Au tournant des années 2000, après une réorientation de carrière vers un autre domaine médical moins prenant (endocrinologie) et un déménagement à Québec, elle recommence à courir. Elle participe à son premier demi-marathon à Québec en 2002, au terme d’un entraînement solitaire.

Désireuse de joindre les rangs d’un club de course à pied et éventuellement de courir un autre marathon, elle « magasine » un club de course. Elle va d’abord voir Jacques Mainguy : « Êtes-vous une débutante, madame? », lui demande Jacques.
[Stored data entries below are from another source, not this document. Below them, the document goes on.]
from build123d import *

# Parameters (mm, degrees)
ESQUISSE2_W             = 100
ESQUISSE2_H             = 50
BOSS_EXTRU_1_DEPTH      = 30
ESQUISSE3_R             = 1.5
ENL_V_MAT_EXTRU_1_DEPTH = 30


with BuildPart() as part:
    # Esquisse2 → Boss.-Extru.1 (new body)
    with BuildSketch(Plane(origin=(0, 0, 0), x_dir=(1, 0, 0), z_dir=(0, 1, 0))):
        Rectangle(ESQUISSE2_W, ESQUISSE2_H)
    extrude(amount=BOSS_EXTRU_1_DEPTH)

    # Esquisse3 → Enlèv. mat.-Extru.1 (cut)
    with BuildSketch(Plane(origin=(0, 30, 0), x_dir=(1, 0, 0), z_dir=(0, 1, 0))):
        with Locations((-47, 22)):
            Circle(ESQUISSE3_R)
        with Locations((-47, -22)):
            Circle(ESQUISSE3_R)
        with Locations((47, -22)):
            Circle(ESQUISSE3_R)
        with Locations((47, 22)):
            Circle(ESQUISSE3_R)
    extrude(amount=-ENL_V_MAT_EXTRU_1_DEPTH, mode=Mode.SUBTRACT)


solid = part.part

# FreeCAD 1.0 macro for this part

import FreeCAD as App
import Part
import Sketcher
Q = App.Units.Quantity


def add_polygon(sketch, points):
    """Adds a closed chain of lines whose ends are joined by coincident constraints."""
    first, n = sketch.GeometryCount, len(points)
    for a, b in zip(points, points[1:] + points[:1]):
        sketch.addGeometry(Part.LineSegment(App.Vector(*a, 0), App.Vector(*b, 0)), False)
    for i in range(n):
        sketch.addConstraint(Sketcher.Constraint("Coincident", first + i, 2, first + (i + 1) % n, 1))

doc = App.newDocument("Part")
body = doc.addObject("PartDesign::Body", "Body")

sketch1 = body.newObject("Sketcher::SketchObject", "Sketch")
sketch1.AttachmentSupport = (doc.getObject("XZ_Plane"), [""])
sketch1.MapMode = "FlatFace"
add_polygon(sketch1, [(-50, -25), (-50, 25), (50, 25), (50, -25)])
sketch1.addConstraint([
    Sketcher.Constraint("Vertical", 0),
    Sketcher.Constraint("Horizontal", 1),
    Sketcher.Constraint("Vertical", 2),
    Sketcher.Constraint("Horizontal", 3),
    Sketcher.Constraint("Symmetric", 0, 2, 2, 2, -1, 1),
    Sketcher.Constraint("DistanceX", 1, 1, 1, 2, Q("100 mm")),
    Sketcher.Constraint("DistanceY", 0, 1, 0, 2, Q("50 mm")),
])
pad1 = body.newObject("PartDesign::Pad", "Pad")
pad1.Profile = sketch1
pad1.Length = 30
pad1.Reversed = True

sketch2 = body.newObject("Sketcher::SketchObject", "Sketch001")
sketch2.AttachmentSupport = (doc.getObject("XZ_Plane"), [""])
sketch2.MapMode = "FlatFace"
sketch2.AttachmentOffset = App.Placement(App.Vector(0, 0, -30), App.Rotation())
sketch2.addGeometry([
    Part.Circle(App.Vector(-47, -22, 0), App.Vector(0, 0, 1), 1.5),
    Part.Circle(App.Vector(-47, 22, 0), App.Vector(0, 0, 1), 1.5),
    Part.Circle(App.Vector(47, 22, 0), App.Vector(0, 0, 1), 1.5),
    Part.Circle(App.Vector(47, -22, 0), App.Vector(0, 0, 1), 1.5),
], False)
sketch2.addConstraint([
    Sketcher.Constraint("Equal", 0, 1),
    Sketcher.Constraint("Equal", 1, 2),
    Sketcher.Constraint("Equal", 2, 3),
    Sketcher.Constraint("Symmetric", 0, 3, 2, 3, -1, 1),
    Sketcher.Constraint("Symmetric", 1, 3, 3, 3, -1, 1),
    Sketcher.Constraint("Symmetric", 1, 3, 2, 3, -2),
    Sketcher.Constraint("Diameter", 0, Q("3 mm")),
    Sketcher.Constraint("DistanceX", 0, 3, -1, 1, Q("47 mm")),
    Sketcher.Constraint("DistanceY", 0, 3, -1, 1, Q("22 mm")),
])
pocket1 = body.newObject("PartDesign::Pocket", "Pocket")
pocket1.Profile = sketch2
pocket1.Length = 30
pocket1.Reversed = True

doc.recompute()
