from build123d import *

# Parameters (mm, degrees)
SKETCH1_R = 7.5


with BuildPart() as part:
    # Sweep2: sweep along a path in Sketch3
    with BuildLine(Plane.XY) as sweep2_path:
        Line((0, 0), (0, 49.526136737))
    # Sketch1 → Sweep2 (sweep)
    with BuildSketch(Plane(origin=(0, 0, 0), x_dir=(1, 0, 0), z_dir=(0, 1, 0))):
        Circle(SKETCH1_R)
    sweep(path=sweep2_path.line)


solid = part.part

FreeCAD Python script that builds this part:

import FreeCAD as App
import Part
import Sketcher

V = App.Vector
Q = App.Units.Quantity

doc = App.newDocument("Part")
body = doc.addObject("PartDesign::Body", "Body")

sketch1 = doc.addObject("Sketcher::SketchObject", "Sketch")
body.addObject(sketch1)
sketch1.AttachmentSupport = (doc.XZ_Plane, [""])
sketch1.MapMode = "FlatFace"
sketch1.addGeometry(Part.Circle(V(0, 0, 0), V(0, 0, 1), 7.5), False)
sketch1.addConstraint([
    Sketcher.Constraint("Coincident", 0, 3, -1, 1),
    Sketcher.Constraint("Diameter", 0, Q("15 mm")),
])

sketch2 = doc.addObject("Sketcher::SketchObject", "Sketch001")
body.addObject(sketch2)
sketch2.AttachmentSupport = (doc.XY_Plane, [""])
sketch2.MapMode = "FlatFace"
sketch2.addGeometry(Part.LineSegment(V(0, 0, 0), V(0, 49.526137, 0)), False)
sketch2.addConstraint([
    Sketcher.Constraint("Vertical", 0),
    Sketcher.Constraint("Coincident", 0, 1, -1, 1),
    Sketcher.Constraint("DistanceY", 0, 1, 0, 2, Q("49.526137 mm")),
])
doc.recompute()

additivepipe = doc.addObject("PartDesign::AdditivePipe", "AdditivePipe")
body.addObject(additivepipe)
additivepipe.Profile = sketch1
additivepipe.Spine = (sketch2, ["Edge1"])

doc.recompute()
Marie-Claire ne sait pas trop quoi répondre et lui dit qu’elle vient de faire 1h58 sur demi-marathon : « Moi, j’étais ben contente de mon temps, mais pas lui! » Elle rencontre ensuite un représentant du club de Richard Chouinard (Université Laval) à un kiosque : « Le gars de Chouinard au kiosque n’était pas fin, il me regardait de haut (NDLD : ce que Jacques, à son avantage, ne peut pas faire …) et pour lui, j’étais une imbécile. Alors je me suis dit, entre un club d’imbéciles et un club de débutants, j’aime autant un club de débutants! »
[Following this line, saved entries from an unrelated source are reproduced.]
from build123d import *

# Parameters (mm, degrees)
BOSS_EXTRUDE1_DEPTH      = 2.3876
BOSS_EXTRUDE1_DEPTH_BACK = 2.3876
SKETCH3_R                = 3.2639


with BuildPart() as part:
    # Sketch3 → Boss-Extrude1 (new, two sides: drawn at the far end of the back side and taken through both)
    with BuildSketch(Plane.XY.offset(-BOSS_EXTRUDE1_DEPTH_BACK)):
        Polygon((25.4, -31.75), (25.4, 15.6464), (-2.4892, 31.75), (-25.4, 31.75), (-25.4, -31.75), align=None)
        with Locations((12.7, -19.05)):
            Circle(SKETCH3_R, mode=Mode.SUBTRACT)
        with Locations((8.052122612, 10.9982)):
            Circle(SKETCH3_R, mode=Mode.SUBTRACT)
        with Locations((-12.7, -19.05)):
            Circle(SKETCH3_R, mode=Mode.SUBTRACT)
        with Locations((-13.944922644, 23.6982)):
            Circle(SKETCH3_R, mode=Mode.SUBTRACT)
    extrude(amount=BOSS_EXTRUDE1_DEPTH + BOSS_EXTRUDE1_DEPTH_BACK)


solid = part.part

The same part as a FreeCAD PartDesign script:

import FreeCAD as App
import Part
import Sketcher

V = App.Vector
Q = App.Units.Quantity

doc = App.newDocument("Part")
params = doc.addObject("Spreadsheet::Sheet", "Params")
for row, (alias, value) in enumerate([
    ("sketch1_width", "2 in"),
    ("sketch1_diameter", "0.257 in"),
    ("sketch1_height", "2.5 in"),
    ("sketch1_width2", "0.902 in"),
    ("sketch1_height2", "1.866 in"),
    ("pad1_length", "0.094 in"),
    ("pad1_length2", "0.094 in"),
], start=1):
    params.set(f"A{row}", alias)
    params.set(f"B{row}", "=" + value)
    params.setAlias(f"B{row}", alias)

body = doc.addObject("PartDesign::Body", "Body")

sketch1 = body.newObject("Sketcher::SketchObject", "Sketch")
sketch1.AttachmentSupport = (doc.getObject("XY_Plane"), [""])
sketch1.MapMode = "FlatFace"
sketch1.addGeometry([
    Part.LineSegment(V(25.4, -31.8, 0), V(25.4, 15.6, 0)),
    Part.LineSegment(V(25.4, 15.6, 0), V(-2.5, 31.8, 0)),
    Part.LineSegment(V(-2.5, 31.8, 0), V(-25.4, 31.8, 0)),
    Part.LineSegment(V(-25.4, 31.8, 0), V(-25.4, -31.8, 0)),
    Part.LineSegment(V(-25.4, -31.8, 0), V(25.4, -31.8, 0)),
    Part.Circle(V(-12.7, -19.1, 0), V(0, 0, 1), 3.3),
    Part.Circle(V(12.7, -19.1, 0), V(0, 0, 1), 3.3),
    Part.Circle(V(-13.9, 23.7, 0), V(0, 0, 1), 3.3),
    Part.Circle(V(8.1, 11, 0), V(0, 0, 1), 3.3),
], False)
sketch1.addConstraint([
    Sketcher.Constraint("Coincident", 0, 2, 1, 1),
    Sketcher.Constraint("Coincident", 1, 2, 2, 1),
    Sketcher.Constraint("Coincident", 2, 2, 3, 1),
    Sketcher.Constraint("Coincident", 3, 2, 4, 1),
    Sketcher.Constraint("Coincident", 4, 2, 0, 1),
    Sketcher.Constraint("Vertical", 0),
    Sketcher.Constraint("Horizontal", 2),
    Sketcher.Constraint("Vertical", 3),
    Sketcher.Constraint("Horizontal", 4),
    Sketcher.Constraint("Equal", 5, 6),
    Sketcher.Constraint("Equal", 6, 7),
    Sketcher.Constraint("Equal", 7, 8),
    Sketcher.Constraint("Symmetric", 2, 2, 4, 2, -1, 1),
    Sketcher.Constraint("Symmetric", 5, 3, 6, 3, -2),
    Sketcher.Constraint("DistanceX", 4, 1, 4, 2, Q("2 in")),
    Sketcher.Constraint("Diameter", 5, Q("0.257 in")),
    Sketcher.Constraint("DistanceY", 3, 2, 3, 1, Q("2.5 in")),
    Sketcher.Constraint("DistanceX", 5, 3, 6, 3, Q("1 in")),
    Sketcher.Constraint("DistanceY", 5, 3, 1, 2, Q("2 in")),
    Sketcher.Constraint("DistanceY", 8, 3, 7, 3, Q("0.5 in")),
    Sketcher.Constraint("DistanceX", 2, 2, 2, 1, Q("0.902 in")),
    Sketcher.Constraint("DistanceY", 0, 1, 0, 2, Q("1.866 in")),
    Sketcher.Constraint("DistanceY", -1, 1, 7, 3, Q("0.933 in")),
    Sketcher.Constraint("DistanceX", 7, 3, -1, 1, Q("13.944923 mm")),
    Sketcher.Constraint("DistanceX", -1, 1, 8, 3, Q("8.052123 mm")),
])
sketch1.setExpression("Constraints[14]", "Params.sketch1_width")
sketch1.setExpression("Constraints[15]", "Params.sketch1_diameter")
sketch1.setExpression("Constraints[16]", "Params.sketch1_height")
sketch1.setExpression("Constraints[20]", "Params.sketch1_width2")
sketch1.setExpression("Constraints[21]", "Params.sketch1_height2")
pad1 = body.newObject("PartDesign::Pad", "Pad")
pad1.Profile = sketch1
pad1.Type = "TwoLengths"
pad1.setExpression("Length", "Params.pad1_length")
pad1.setExpression("Length2", "Params.pad1_length2")

doc.recompute()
Son objectif initial est de se qualifier et de participer au marathon de Boston, ce qu’elle fera à trois reprises par la suite. Lors de sa deuxième participation en 2008, Marie-Claire vit un moment très particulier. Au départ, elle est en compagnie de deux autres membres de LF, Diane Breton et Luc Lemire (le doc) : ils veulent courir ensemble. Marie-Claire franchit la ligne d’arrivée quelques secondes après Diane et Luc qui l’accueillent à bras ouverts. Le lendemain, Marie-Claire a la surprise de sa vie en ouvrant le Boston Herald : elle voit une photo d’elle en gros plan, enlacée par Diane et Luc, avec leurs vêtements aux couleurs de LF (voir photo). Sous la photo est inscrit : « Marie-Claire Denis from Quebec City is being greeted by her runner mates. »
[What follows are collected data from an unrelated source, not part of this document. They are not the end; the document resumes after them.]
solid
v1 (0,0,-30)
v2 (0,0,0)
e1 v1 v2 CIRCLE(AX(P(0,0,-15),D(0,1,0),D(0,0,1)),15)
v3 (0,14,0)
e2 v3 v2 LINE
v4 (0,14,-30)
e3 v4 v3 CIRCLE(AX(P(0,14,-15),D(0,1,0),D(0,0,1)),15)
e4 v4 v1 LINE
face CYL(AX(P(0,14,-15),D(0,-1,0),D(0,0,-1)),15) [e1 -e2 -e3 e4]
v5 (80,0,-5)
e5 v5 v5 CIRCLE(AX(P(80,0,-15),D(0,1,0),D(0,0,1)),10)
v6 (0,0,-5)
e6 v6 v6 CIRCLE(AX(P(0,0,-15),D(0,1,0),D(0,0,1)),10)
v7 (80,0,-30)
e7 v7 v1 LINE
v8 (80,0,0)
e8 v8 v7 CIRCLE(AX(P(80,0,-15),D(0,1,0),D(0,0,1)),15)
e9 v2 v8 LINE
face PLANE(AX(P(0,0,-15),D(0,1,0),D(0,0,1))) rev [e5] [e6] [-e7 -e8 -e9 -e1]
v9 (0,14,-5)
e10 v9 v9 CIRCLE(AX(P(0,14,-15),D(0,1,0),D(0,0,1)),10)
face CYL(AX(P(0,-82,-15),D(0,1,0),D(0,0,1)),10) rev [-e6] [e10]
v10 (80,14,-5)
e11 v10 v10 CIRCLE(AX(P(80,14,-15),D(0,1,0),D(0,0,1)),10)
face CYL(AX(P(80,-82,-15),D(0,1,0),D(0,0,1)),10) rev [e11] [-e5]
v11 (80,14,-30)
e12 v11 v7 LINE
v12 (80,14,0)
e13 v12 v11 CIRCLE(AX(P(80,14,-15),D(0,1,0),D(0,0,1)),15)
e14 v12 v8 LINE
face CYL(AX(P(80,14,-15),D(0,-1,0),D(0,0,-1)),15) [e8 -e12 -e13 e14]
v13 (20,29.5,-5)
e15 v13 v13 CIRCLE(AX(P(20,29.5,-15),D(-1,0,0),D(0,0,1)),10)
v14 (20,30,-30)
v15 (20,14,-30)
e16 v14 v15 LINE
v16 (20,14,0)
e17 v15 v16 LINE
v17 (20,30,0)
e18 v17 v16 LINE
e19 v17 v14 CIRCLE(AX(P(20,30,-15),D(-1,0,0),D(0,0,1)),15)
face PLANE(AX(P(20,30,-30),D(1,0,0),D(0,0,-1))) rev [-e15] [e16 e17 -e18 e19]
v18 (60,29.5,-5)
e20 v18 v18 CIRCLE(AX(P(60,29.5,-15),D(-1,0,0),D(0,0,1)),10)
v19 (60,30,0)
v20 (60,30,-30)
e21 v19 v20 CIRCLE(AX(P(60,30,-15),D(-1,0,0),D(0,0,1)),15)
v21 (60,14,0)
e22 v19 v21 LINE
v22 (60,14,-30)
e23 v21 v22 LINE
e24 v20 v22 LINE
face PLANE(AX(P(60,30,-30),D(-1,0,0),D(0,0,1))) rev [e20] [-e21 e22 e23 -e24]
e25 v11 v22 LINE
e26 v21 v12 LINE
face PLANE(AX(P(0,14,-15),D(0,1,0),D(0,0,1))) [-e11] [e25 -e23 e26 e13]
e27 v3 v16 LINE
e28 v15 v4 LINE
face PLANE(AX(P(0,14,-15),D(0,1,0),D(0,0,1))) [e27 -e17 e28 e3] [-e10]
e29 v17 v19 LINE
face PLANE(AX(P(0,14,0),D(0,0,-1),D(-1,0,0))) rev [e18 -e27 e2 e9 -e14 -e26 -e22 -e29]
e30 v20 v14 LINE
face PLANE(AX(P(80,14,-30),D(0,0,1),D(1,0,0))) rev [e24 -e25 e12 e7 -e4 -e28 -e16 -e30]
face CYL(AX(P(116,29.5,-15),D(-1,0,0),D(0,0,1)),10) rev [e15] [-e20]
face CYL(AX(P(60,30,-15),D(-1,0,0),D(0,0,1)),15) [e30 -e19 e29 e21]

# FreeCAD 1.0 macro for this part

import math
import FreeCAD as App
import Part
import Sketcher
Q = App.Units.Quantity

doc = App.newDocument("Part")
params = doc.addObject("Spreadsheet::Sheet", "Params")
for row, (alias, value) in enumerate([
    ("sketch1_radius", "15 mm"),
    ("sketch1_width", "80 mm"),
    ("pad1_length", "14 mm"),
    ("sketch2_width", "40 mm"),
    ("sketch2_height", "30 mm"),
    ("pad2_length", "16 mm"),
    ("sketch3_diameter", "30 mm"),
    ("pad3_length", "40 mm"),
    ("sketch4_diameter", "20 mm"),
    ("pocket1_length", "96 mm"),
    ("sketch5_diameter", "20 mm"),
    ("pocket2_length", "96 mm"),
    ("sketch6_diameter", "20 mm"),
    ("pocket3_length", "96 mm"),
], start=1):
    params.set(f"A{row}", alias)
    params.set(f"B{row}", "=" + value)
    params.setAlias(f"B{row}", alias)

body = doc.addObject("PartDesign::Body", "Body")

sketch1 = body.newObject("Sketcher::SketchObject", "Sketch")
sketch1.AttachmentSupport = (doc.getObject("XZ_Plane"), [""])
sketch1.MapMode = "FlatFace"
sketch1.addGeometry([
    Part.LineSegment(App.Vector(0, 0, 0), App.Vector(80, 0, 0)),
    Part.ArcOfCircle(Part.Circle(App.Vector(80, -15, 0), App.Vector(0, 0, 1), 15), math.radians(-90), math.radians(90)),
    Part.LineSegment(App.Vector(80, -30, 0), App.Vector(0, -30, 0)),
    Part.ArcOfCircle(Part.Circle(App.Vector(0, -15, 0), App.Vector(0, 0, 1), 15), math.radians(90), math.radians(270)),
], False)
sketch1.addConstraint([
    Sketcher.Constraint("Tangent", 0, 2, 1, 2),
    Sketcher.Constraint("Tangent", 1, 1, 2, 1),
    Sketcher.Constraint("Tangent", 2, 2, 3, 2),
    Sketcher.Constraint("Tangent", 3, 1, 0, 1),
    Sketcher.Constraint("Horizontal", 0),
    Sketcher.Constraint("Horizontal", 2),
    Sketcher.Constraint("Coincident", 3, 1, -1, 1),
    Sketcher.Constraint("Radius", 1, Q("15 mm")),
    Sketcher.Constraint("DistanceX", 0, 1, 0, 2, Q("80 mm")),
])
sketch1.setExpression("Constraints[7]", "Params.sketch1_radius")
sketch1.setExpression("Constraints[8]", "Params.sketch1_width")
pad1 = body.newObject("PartDesign::Pad", "Pad")
pad1.Profile = sketch1
pad1.setExpression("Length", "Params.pad1_length")
pad1.Reversed = True

sketch2 = body.newObject("Sketcher::SketchObject", "Sketch001")
sketch2.AttachmentSupport = (doc.getObject("XZ_Plane"), [""])
sketch2.MapMode = "FlatFace"
sketch2.AttachmentOffset = App.Placement(App.Vector(0, 0, -14), App.Rotation())
sketch2.addGeometry([
    Part.LineSegment(App.Vector(20, -30, 0), App.Vector(20, 0, 0)),
    Part.LineSegment(App.Vector(20, 0, 0), App.Vector(60, 0, 0)),
    Part.LineSegment(App.Vector(60, 0, 0), App.Vector(60, -30, 0)),
    Part.LineSegment(App.Vector(60, -30, 0), App.Vector(20, -30, 0)),
], False)
sketch2.addConstraint([
    Sketcher.Constraint("Coincident", 0, 2, 1, 1),
    Sketcher.Constraint("Coincident", 1, 2, 2, 1),
    Sketcher.Constraint("Coincident", 2, 2, 3, 1),
    Sketcher.Constraint("Coincident", 3, 2, 0, 1),
    Sketcher.Constraint("Vertical", 0),
    Sketcher.Constraint("Horizontal", 1),
    Sketcher.Constraint("Vertical", 2),
    Sketcher.Constraint("Horizontal", 3),
    Sketcher.Constraint("PointOnObject", 0, 2, -1),
    Sketcher.Constraint("DistanceX", 1, 1, 1, 2, Q("40 mm")),
    Sketcher.Constraint("DistanceY", 0, 1, 0, 2, Q("30 mm")),
    Sketcher.Constraint("DistanceX", -1, 1, 0, 2, Q("20 mm")),
])
sketch2.setExpression("Constraints[9]", "Params.sketch2_width")
sketch2.setExpression("Constraints[10]", "Params.sketch2_height")
pad2 = body.newObject("PartDesign::Pad", "Pad001")
pad2.Profile = sketch2
pad2.setExpression("Length", "Params.pad2_length")
pad2.Reversed = True

sketch3 = body.newObject("Sketcher::SketchObject", "Sketch002")
sketch3.AttachmentSupport = (doc.getObject("YZ_Plane"), [""])
sketch3.MapMode = "FlatFace"
sketch3.AttachmentOffset = App.Placement(App.Vector(0, 0, 20), App.Rotation())
sketch3.addGeometry(Part.Circle(App.Vector(30, -15, 0), App.Vector(0, 0, 1), 15), False)
sketch3.addConstraint([
    Sketcher.Constraint("Diameter", 0, Q("30 mm")),
    Sketcher.Constraint("DistanceX", -1, 1, 0, 3, Q("30 mm")),
    Sketcher.Constraint("DistanceY", 0, 3, -1, 1, Q("15 mm")),
])
sketch3.setExpression("Constraints[0]", "Params.sketch3_diameter")
pad3 = body.newObject("PartDesign::Pad", "Pad002")
pad3.Profile = sketch3
pad3.setExpression("Length", "Params.pad3_length")

sketch4 = body.newObject("Sketcher::SketchObject", "Sketch003")
sketch4.AttachmentSupport = (doc.getObject("YZ_Plane"), [""])
sketch4.MapMode = "FlatFace"
sketch4.AttachmentOffset = App.Placement(App.Vector(0, 0, 20), App.Rotation())
sketch4.addGeometry(Part.Circle(App.Vector(29.5, -15, 0), App.Vector(0, 0, 1), 10), False)
sketch4.addConstraint([
    Sketcher.Constraint("Diameter", 0, Q("20 mm")),
    Sketcher.Constraint("DistanceY", 0, 3, -1, 1, Q("15 mm")),
    Sketcher.Constraint("DistanceX", -1, 1, 0, 3, Q("29.5 mm")),
])
sketch4.setExpression("Constraints[0]", "Params.sketch4_diameter")
pocket1 = body.newObject("PartDesign::Pocket", "Pocket")
pocket1.Profile = sketch4
pocket1.setExpression("Length", "Params.pocket1_length")
pocket1.Reversed = True

sketch5 = body.newObject("Sketcher::SketchObject", "Sketch004")
sketch5.AttachmentSupport = (doc.getObject("XZ_Plane"), [""])
sketch5.MapMode = "FlatFace"
sketch5.AttachmentOffset = App.Placement(App.Vector(0, 0, -14), App.Rotation())
sketch5.addGeometry(Part.Circle(App.Vector(0, -15, 0), App.Vector(0, 0, 1), 10), False)
sketch5.addConstraint([
    Sketcher.Constraint("PointOnObject", 0, 3, -2),
    Sketcher.Constraint("Diameter", 0, Q("20 mm")),
    Sketcher.Constraint("DistanceY", 0, 3, -1, 1, Q("15 mm")),
])
sketch5.setExpression("Constraints[1]", "Params.sketch5_diameter")
pocket2 = body.newObject("PartDesign::Pocket", "Pocket001")
pocket2.Profile = sketch5
pocket2.setExpression("Length", "Params.pocket2_length")
pocket2.Reversed = True

sketch6 = body.newObject("Sketcher::SketchObject", "Sketch005")
sketch6.AttachmentSupport = (doc.getObject("XZ_Plane"), [""])
sketch6.MapMode = "FlatFace"
sketch6.AttachmentOffset = App.Placement(App.Vector(0, 0, -14), App.Rotation())
sketch6.addGeometry(Part.Circle(App.Vector(80, -15, 0), App.Vector(0, 0, 1), 10), False)
sketch6.addConstraint([
    Sketcher.Constraint("Diameter", 0, Q("20 mm")),
    Sketcher.Constraint("DistanceX", -1, 1, 0, 3, Q("80 mm")),
    Sketcher.Constraint("DistanceY", 0, 3, -1, 1, Q("15 mm")),
])
sketch6.setExpression("Constraints[0]", "Params.sketch6_diameter")
pocket3 = body.newObject("PartDesign::Pocket", "Pocket002")
pocket3.Profile = sketch6
pocket3.setExpression("Length", "Params.pocket3_length")
pocket3.Reversed = True

doc.recompute()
Ils achètent tous les journaux non encore vendus au dépanneur du coin. De retour à Québec, Marie-Claire en offre un à Jacques. Elle en offre un également à son père qui la félicite avec sincérité : « Je suis fière de toi! »  C’est la première fois depuis que Marie-Claire fait de la course à pied que son père la félicite : « Je me suis senti comme la petite fille qui enfin, après 30 ans, reçoit l’approbation de son père pour faire de la course à pied. »

La même année, Marie-Claire est inscrite au marathon de Rimouski avec une amie et collègue. Mais celle-ci apprend qu’elle a un cancer. Elle a une chance sur deux de s’en sortir. Elle débute de longs traitements de chimiothérapie. Marie-Claire participe seule au marathon de Rimouski et à son retour, offre sa médaille à son amie : « Je veux que tu vives, je veux que tu te battes, je suis là pour toi! »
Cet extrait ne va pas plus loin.